Alas, though, no kiwi. It is estimated about a third of the 1200 or so a year on the circuit stumble on kiwi on the track or near huts. A third might also spot one at Mason Bay.

One German (about half the trampers are from overseas) saw a kiwi three days in a row. That hardly seemed fair.

One couple reported that coming across two kiwi about 3pm on a long day lifted their spirits.

At one hut we coincided with a volunteer hut-cleaning crew of two retired couples, including one from Dunedin, accompanied by a Department of Conservation employee.

The huts are a treasure. Each is sited differently and each has its charms. They’re basic and comfortable.

If you have the energy, and the weather co-operates, we’d highly recommend two nights at Christmas Village Hut so you can spend a day to climb Mt Anglem (Hananui), the island’s high point at 960m. The extent of the view makes it clear why this landmass is New Zealand’s third island.

Jeff's boots at a break for lunch.
Jeff's boots at a break for lunch.
Doc in Oban warns prospective trampers of the pitfalls, and displays photos of mud holes. It, and the Lonely Planet guide, have all the basic information you need to plan.

A warning, however, on estimated times. Such is the terrain that many — as again evidenced in the hut books — go hours over. Make appropriate allowances.

By the way, keep a lookout for a couple of lookouts. They are well worth the short detours.

And, if you have time, the hill near Mason Bay Hut provides a superb 360-degree panorama. Cloud prevented us from watching the sun drop into the ocean. Earlier, we had watched the sun emerge from the sea at Christmas Village Hut.

Obviously, this track is for the reasonably experienced and for the properly equipped. Do not be like one Englishman we met. He was on his own, had no locator beacon, was not writing intentions in the hut books and was overburdened with too much weight.

He surprised us in the end, though, taking advice and showing phenomenal grit.

Pack what you absolutely need for safety’s sake, and food for 10 to 13 days (a rest day wouldn’t hurt).

At least, the track is well marked with frequent orange triangles, and it’s hard to lose. But if you are in doubt just follow the mud.

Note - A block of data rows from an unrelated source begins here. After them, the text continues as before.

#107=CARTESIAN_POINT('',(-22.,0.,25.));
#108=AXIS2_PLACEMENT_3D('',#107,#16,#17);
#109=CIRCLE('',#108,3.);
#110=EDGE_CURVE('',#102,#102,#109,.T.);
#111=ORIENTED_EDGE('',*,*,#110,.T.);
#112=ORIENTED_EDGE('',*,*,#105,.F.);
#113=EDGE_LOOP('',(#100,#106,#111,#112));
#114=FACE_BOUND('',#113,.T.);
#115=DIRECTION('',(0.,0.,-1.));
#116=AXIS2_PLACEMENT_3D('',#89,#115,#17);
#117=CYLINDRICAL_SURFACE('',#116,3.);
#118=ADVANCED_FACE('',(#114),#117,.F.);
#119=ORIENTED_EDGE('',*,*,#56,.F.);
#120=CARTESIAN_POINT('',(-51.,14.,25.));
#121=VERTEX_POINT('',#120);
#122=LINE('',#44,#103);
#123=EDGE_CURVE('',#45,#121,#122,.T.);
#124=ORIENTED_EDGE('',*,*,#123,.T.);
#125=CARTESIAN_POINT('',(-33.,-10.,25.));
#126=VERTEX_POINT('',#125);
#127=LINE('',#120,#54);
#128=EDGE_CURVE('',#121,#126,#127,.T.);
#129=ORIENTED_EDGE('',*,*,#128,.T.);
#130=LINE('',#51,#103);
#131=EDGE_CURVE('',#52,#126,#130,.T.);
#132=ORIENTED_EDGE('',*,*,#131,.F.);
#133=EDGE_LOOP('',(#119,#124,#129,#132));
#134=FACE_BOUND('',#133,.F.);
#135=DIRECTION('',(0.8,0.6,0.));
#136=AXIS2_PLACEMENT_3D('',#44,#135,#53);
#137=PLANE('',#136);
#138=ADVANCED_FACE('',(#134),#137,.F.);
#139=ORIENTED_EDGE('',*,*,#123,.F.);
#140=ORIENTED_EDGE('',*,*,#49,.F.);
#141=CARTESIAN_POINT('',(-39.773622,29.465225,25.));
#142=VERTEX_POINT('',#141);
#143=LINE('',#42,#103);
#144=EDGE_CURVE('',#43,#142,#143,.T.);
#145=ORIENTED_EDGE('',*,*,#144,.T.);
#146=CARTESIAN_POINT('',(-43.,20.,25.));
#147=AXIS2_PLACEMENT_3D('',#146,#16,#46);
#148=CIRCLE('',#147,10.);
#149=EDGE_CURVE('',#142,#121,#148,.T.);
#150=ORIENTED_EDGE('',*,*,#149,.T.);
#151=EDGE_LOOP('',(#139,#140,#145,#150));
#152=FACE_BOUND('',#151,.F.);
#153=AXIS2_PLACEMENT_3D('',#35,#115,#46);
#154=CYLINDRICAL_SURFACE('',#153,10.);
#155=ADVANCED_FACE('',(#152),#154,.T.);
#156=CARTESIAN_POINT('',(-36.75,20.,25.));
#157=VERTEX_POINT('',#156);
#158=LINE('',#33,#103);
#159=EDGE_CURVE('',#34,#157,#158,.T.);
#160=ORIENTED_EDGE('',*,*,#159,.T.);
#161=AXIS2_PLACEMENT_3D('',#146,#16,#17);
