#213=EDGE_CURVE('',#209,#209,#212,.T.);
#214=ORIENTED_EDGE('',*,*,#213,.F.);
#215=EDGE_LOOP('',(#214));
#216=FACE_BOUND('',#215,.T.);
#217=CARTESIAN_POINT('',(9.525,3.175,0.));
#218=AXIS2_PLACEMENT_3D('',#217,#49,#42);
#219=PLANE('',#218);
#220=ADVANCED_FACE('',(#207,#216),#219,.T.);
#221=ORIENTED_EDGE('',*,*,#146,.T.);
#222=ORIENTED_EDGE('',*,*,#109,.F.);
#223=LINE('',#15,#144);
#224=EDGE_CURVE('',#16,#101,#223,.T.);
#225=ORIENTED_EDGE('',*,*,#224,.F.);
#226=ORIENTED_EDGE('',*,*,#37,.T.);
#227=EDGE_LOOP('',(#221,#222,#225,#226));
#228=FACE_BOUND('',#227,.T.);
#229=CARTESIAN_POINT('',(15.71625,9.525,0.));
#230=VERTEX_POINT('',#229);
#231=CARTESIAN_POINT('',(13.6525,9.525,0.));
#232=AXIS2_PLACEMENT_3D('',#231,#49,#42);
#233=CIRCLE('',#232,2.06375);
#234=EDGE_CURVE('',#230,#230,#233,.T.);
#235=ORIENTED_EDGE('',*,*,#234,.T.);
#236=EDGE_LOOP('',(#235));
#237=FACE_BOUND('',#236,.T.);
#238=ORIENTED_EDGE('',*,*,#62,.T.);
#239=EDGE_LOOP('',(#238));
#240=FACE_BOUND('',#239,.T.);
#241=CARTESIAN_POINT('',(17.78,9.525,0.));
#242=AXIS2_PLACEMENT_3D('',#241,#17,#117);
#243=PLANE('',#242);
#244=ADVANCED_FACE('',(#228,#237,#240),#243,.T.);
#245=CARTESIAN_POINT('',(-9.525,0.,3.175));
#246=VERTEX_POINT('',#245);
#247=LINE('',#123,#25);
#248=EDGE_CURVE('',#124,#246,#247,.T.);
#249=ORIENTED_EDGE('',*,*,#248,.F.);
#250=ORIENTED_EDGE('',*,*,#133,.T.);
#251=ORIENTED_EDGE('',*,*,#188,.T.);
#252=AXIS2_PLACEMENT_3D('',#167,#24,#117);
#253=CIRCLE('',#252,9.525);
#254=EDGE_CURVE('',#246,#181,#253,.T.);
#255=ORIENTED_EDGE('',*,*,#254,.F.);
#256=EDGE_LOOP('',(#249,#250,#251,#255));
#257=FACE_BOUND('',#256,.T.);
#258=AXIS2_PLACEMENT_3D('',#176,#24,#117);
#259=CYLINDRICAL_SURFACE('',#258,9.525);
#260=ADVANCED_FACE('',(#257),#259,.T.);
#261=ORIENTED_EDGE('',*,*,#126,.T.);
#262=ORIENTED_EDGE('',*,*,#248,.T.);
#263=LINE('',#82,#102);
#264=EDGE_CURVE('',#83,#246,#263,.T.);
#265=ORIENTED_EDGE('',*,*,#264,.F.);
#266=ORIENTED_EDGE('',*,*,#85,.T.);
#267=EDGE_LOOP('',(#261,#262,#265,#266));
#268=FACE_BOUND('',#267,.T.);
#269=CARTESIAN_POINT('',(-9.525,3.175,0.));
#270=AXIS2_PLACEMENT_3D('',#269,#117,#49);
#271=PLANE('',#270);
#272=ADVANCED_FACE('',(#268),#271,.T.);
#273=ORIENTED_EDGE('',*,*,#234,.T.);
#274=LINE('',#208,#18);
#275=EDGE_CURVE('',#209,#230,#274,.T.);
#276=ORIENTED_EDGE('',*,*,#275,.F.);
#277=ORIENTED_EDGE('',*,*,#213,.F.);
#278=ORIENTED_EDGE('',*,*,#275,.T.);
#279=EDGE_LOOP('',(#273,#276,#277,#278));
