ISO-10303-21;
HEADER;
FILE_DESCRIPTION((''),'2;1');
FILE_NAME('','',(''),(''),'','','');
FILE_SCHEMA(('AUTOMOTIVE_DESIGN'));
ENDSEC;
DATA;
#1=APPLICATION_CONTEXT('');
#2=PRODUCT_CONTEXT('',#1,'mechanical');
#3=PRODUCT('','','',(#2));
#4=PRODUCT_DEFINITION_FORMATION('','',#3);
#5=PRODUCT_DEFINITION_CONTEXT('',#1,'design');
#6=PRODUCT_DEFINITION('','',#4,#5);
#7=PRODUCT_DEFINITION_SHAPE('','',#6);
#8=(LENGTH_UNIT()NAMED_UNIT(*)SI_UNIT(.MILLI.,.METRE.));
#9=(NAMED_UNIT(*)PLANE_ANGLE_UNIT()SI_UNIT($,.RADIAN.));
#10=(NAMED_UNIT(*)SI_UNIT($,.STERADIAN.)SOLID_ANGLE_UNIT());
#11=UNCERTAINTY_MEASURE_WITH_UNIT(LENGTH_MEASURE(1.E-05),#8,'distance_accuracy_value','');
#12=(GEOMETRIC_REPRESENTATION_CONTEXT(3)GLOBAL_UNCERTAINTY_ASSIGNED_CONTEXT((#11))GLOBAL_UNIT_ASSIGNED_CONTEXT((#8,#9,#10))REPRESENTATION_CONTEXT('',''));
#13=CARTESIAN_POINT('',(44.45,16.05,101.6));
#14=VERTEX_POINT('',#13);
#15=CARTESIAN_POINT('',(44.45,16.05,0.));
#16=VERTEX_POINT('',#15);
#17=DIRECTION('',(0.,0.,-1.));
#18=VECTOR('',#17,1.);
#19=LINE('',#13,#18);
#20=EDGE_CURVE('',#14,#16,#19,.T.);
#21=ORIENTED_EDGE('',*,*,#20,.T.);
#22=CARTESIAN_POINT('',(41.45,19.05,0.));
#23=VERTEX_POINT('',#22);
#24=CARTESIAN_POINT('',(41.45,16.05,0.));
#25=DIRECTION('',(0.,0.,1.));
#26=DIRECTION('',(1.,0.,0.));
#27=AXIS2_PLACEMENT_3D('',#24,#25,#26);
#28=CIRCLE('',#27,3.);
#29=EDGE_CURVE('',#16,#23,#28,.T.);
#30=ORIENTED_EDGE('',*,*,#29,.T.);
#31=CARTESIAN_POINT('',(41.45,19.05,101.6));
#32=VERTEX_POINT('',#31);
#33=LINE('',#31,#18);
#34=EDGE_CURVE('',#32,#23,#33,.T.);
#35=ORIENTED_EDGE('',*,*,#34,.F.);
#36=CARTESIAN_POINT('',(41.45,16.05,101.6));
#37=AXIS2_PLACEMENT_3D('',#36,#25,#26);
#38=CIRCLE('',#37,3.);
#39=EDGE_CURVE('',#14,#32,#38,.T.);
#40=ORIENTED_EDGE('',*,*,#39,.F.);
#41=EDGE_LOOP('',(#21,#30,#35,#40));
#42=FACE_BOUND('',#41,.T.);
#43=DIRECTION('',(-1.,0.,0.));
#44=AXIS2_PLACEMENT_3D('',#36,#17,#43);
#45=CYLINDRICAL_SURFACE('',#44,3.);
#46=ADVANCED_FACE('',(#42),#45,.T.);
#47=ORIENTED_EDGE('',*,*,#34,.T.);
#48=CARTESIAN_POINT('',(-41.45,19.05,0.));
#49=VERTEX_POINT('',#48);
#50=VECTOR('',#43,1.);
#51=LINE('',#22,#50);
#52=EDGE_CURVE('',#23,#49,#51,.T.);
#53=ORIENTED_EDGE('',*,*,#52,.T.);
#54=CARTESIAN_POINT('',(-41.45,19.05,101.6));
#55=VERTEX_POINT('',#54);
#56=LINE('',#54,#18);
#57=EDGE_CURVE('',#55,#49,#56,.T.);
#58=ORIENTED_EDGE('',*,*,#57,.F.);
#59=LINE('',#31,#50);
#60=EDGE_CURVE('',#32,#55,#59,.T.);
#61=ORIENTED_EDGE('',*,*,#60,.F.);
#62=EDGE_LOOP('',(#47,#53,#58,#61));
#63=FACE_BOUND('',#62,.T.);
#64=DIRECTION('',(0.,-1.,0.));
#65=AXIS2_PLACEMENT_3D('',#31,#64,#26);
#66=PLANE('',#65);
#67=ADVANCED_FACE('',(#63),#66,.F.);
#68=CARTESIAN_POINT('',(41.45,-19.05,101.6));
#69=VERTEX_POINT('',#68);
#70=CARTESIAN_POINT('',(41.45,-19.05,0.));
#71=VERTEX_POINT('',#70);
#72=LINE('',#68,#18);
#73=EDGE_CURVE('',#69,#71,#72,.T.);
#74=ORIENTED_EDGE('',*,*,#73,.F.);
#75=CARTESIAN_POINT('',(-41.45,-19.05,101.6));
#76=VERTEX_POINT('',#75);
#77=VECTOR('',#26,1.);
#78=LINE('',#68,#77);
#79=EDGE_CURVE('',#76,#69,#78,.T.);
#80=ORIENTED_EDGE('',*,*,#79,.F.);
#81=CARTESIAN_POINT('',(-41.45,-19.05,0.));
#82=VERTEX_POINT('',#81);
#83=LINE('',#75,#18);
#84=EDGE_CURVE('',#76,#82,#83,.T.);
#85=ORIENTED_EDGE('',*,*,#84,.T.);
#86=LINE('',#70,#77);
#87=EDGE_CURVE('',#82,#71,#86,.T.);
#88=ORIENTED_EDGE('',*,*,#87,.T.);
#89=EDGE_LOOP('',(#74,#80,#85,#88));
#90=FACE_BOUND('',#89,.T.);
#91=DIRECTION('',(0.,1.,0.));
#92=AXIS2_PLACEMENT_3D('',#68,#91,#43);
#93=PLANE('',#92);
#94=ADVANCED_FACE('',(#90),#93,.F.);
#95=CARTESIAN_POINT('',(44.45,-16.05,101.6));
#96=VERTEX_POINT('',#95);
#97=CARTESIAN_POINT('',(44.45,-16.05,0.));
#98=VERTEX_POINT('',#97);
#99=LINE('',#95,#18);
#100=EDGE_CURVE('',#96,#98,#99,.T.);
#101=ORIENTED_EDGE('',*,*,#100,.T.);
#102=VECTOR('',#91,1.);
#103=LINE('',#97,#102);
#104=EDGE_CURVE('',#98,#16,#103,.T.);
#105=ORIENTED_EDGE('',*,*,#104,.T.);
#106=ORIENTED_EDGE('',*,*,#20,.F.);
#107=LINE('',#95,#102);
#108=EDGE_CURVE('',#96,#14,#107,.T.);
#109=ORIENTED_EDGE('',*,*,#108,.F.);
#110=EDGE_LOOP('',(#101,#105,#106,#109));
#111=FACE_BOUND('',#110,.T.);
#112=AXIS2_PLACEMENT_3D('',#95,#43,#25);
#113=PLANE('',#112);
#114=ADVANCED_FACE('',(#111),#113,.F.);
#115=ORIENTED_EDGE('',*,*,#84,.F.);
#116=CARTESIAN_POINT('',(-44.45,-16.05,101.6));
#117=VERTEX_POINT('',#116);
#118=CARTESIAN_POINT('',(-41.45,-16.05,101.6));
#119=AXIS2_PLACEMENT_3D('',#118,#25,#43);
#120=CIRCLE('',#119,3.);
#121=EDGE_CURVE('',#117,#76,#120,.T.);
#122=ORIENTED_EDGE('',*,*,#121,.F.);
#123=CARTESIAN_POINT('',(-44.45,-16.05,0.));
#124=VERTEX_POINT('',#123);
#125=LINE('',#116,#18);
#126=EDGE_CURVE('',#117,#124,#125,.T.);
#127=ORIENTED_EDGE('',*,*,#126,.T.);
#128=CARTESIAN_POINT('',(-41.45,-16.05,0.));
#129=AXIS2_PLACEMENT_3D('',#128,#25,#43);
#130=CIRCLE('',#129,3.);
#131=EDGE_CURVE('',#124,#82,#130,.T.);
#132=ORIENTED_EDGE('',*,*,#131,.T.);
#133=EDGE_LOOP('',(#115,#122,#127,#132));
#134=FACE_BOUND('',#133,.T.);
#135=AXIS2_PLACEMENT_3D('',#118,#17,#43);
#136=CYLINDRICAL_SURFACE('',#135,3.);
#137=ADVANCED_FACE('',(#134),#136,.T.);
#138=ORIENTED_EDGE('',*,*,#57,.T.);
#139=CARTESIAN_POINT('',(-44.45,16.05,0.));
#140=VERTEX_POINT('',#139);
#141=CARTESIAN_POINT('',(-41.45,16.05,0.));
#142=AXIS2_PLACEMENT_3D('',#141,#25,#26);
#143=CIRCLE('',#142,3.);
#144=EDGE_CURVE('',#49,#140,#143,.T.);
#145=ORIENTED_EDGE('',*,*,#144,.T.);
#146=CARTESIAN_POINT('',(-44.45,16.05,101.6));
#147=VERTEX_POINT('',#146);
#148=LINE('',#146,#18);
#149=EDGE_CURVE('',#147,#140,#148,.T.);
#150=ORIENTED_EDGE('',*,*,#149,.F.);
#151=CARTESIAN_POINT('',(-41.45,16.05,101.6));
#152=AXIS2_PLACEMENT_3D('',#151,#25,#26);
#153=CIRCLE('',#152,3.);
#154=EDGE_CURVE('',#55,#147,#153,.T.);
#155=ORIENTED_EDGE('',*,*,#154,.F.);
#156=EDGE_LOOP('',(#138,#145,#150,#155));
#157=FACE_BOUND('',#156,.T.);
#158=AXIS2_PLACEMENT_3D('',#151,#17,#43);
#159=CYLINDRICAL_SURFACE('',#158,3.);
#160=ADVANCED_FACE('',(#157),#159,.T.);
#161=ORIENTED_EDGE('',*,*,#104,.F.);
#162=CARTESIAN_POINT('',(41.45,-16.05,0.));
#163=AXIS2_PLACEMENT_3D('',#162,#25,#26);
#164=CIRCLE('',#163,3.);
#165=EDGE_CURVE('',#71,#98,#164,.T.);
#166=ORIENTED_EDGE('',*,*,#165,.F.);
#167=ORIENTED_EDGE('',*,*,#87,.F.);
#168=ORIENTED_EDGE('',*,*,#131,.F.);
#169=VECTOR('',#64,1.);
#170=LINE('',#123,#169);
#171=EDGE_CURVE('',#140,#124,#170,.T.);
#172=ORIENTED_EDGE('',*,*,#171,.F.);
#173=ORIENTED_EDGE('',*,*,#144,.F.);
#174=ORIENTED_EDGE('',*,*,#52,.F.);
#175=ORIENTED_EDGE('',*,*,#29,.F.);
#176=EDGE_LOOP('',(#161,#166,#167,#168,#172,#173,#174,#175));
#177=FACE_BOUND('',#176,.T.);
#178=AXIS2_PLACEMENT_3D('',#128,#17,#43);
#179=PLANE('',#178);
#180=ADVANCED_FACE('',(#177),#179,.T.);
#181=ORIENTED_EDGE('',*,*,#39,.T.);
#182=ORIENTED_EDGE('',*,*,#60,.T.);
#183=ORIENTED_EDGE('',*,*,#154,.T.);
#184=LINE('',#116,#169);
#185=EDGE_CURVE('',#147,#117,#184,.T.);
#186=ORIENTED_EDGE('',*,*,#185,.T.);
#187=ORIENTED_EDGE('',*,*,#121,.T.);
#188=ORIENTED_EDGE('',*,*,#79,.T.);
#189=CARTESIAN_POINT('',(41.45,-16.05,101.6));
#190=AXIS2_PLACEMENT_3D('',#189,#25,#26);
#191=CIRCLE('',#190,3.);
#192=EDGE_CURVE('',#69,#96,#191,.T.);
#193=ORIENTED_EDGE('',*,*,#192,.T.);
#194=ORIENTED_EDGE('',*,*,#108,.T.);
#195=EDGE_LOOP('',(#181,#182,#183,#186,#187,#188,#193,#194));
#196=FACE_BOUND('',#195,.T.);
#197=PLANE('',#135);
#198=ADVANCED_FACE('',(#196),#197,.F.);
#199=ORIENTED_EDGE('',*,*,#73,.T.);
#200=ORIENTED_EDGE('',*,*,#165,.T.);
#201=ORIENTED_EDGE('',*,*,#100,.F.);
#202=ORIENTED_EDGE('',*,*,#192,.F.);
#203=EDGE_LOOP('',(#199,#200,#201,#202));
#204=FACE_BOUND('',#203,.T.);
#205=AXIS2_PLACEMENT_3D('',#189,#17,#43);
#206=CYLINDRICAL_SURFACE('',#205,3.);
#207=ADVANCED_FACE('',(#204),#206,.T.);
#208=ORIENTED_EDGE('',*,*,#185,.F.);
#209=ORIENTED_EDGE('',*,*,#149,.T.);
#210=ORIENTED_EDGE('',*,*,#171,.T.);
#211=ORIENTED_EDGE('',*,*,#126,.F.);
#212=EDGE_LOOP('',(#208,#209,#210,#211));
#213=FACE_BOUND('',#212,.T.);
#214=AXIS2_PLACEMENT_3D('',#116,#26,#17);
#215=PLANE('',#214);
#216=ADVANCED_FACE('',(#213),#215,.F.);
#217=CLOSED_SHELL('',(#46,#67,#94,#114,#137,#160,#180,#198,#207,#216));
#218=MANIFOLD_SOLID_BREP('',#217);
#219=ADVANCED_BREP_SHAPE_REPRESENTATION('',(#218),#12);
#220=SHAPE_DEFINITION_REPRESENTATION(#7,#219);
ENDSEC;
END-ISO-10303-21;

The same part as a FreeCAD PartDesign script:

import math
import FreeCAD as App
import Part
import Sketcher
from FreeCAD import Vector

doc = App.newDocument("Part")
body = doc.addObject("PartDesign::Body", "Body")

sketch1 = doc.addObject("Sketcher::SketchObject", "Sketch")
body.addObject(sketch1)
sketch1.AttachmentSupport = (doc.XY_Plane, [""])
sketch1.MapMode = "FlatFace"
sketch1.addGeometry([
    Part.LineSegment(Vector(-41.5, -19.1, 0), Vector(41.5, -19.1, 0)),
    Part.ArcOfCircle(Part.Circle(Vector(41.5, -16.1, 0), Vector(0, 0, 1), 3), math.radians(-90), math.radians(0)),
    Part.LineSegment(Vector(44.5, -16.1, 0), Vector(44.5, 16.1, 0)),
    Part.ArcOfCircle(Part.Circle(Vector(41.5, 16.1, 0), Vector(0, 0, 1), 3), math.radians(0), math.radians(90)),
    Part.LineSegment(Vector(41.5, 19.1, 0), Vector(-41.5, 19.1, 0)),
    Part.ArcOfCircle(Part.Circle(Vector(-41.5, 16.1, 0), Vector(0, 0, 1), 3), math.radians(90), math.radians(180)),
    Part.LineSegment(Vector(-44.5, 16.1, 0), Vector(-44.5, -16.1, 0)),
    Part.ArcOfCircle(Part.Circle(Vector(-41.5, -16.1, 0), Vector(0, 0, 1), 3), math.radians(180), math.radians(270)),
], False)
sketch1.addConstraint([
    Sketcher.Constraint("Tangent", 0, 2, 1, 1),
    Sketcher.Constraint("Tangent", 1, 2, 2, 1),
    Sketcher.Constraint("Tangent", 2, 2, 3, 1),
    Sketcher.Constraint("Tangent", 3, 2, 4, 1),
    Sketcher.Constraint("Tangent", 4, 2, 5, 1),
    Sketcher.Constraint("Tangent", 5, 2, 6, 1),
    Sketcher.Constraint("Tangent", 6, 2, 7, 1),
    Sketcher.Constraint("Tangent", 7, 2, 0, 1),
    Sketcher.Constraint("Horizontal", 0),
    Sketcher.Constraint("Vertical", 2),
    Sketcher.Constraint("Horizontal", 4),
    Sketcher.Constraint("Vertical", 6),
    Sketcher.Constraint("Equal", 1, 3),
    Sketcher.Constraint("Equal", 3, 5),
    Sketcher.Constraint("Equal", 5, 7),
    Sketcher.Constraint("Symmetric", 1, 3, 5, 3, -1, 1),
    Sketcher.Constraint("Radius", 1, 3.0),
    Sketcher.Constraint("DistanceX", 0, 1, 0, 2, 82.9),
    Sketcher.Constraint("DistanceY", 2, 1, 2, 2, 32.1),
])
pad1 = doc.addObject("PartDesign::Pad", "Pad")
body.addObject(pad1)
pad1.Profile = sketch1
pad1.Length = 101.6

doc.recompute()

•Lots of high-energy and dehydrated food: 125.5km for the full circuit is a long way.

•Insect repellent: For obvious reasons.

•A slice of stoicism: It’s tough.

•A helping of humour: for when you or your mates topple into the mud.

•Walking poles: to help to try to prevent the above.

•Gaiters: how else will you keep the sticky stuff out of your boots?

•A beady eye for bush, birds, beaches and boundless beauty.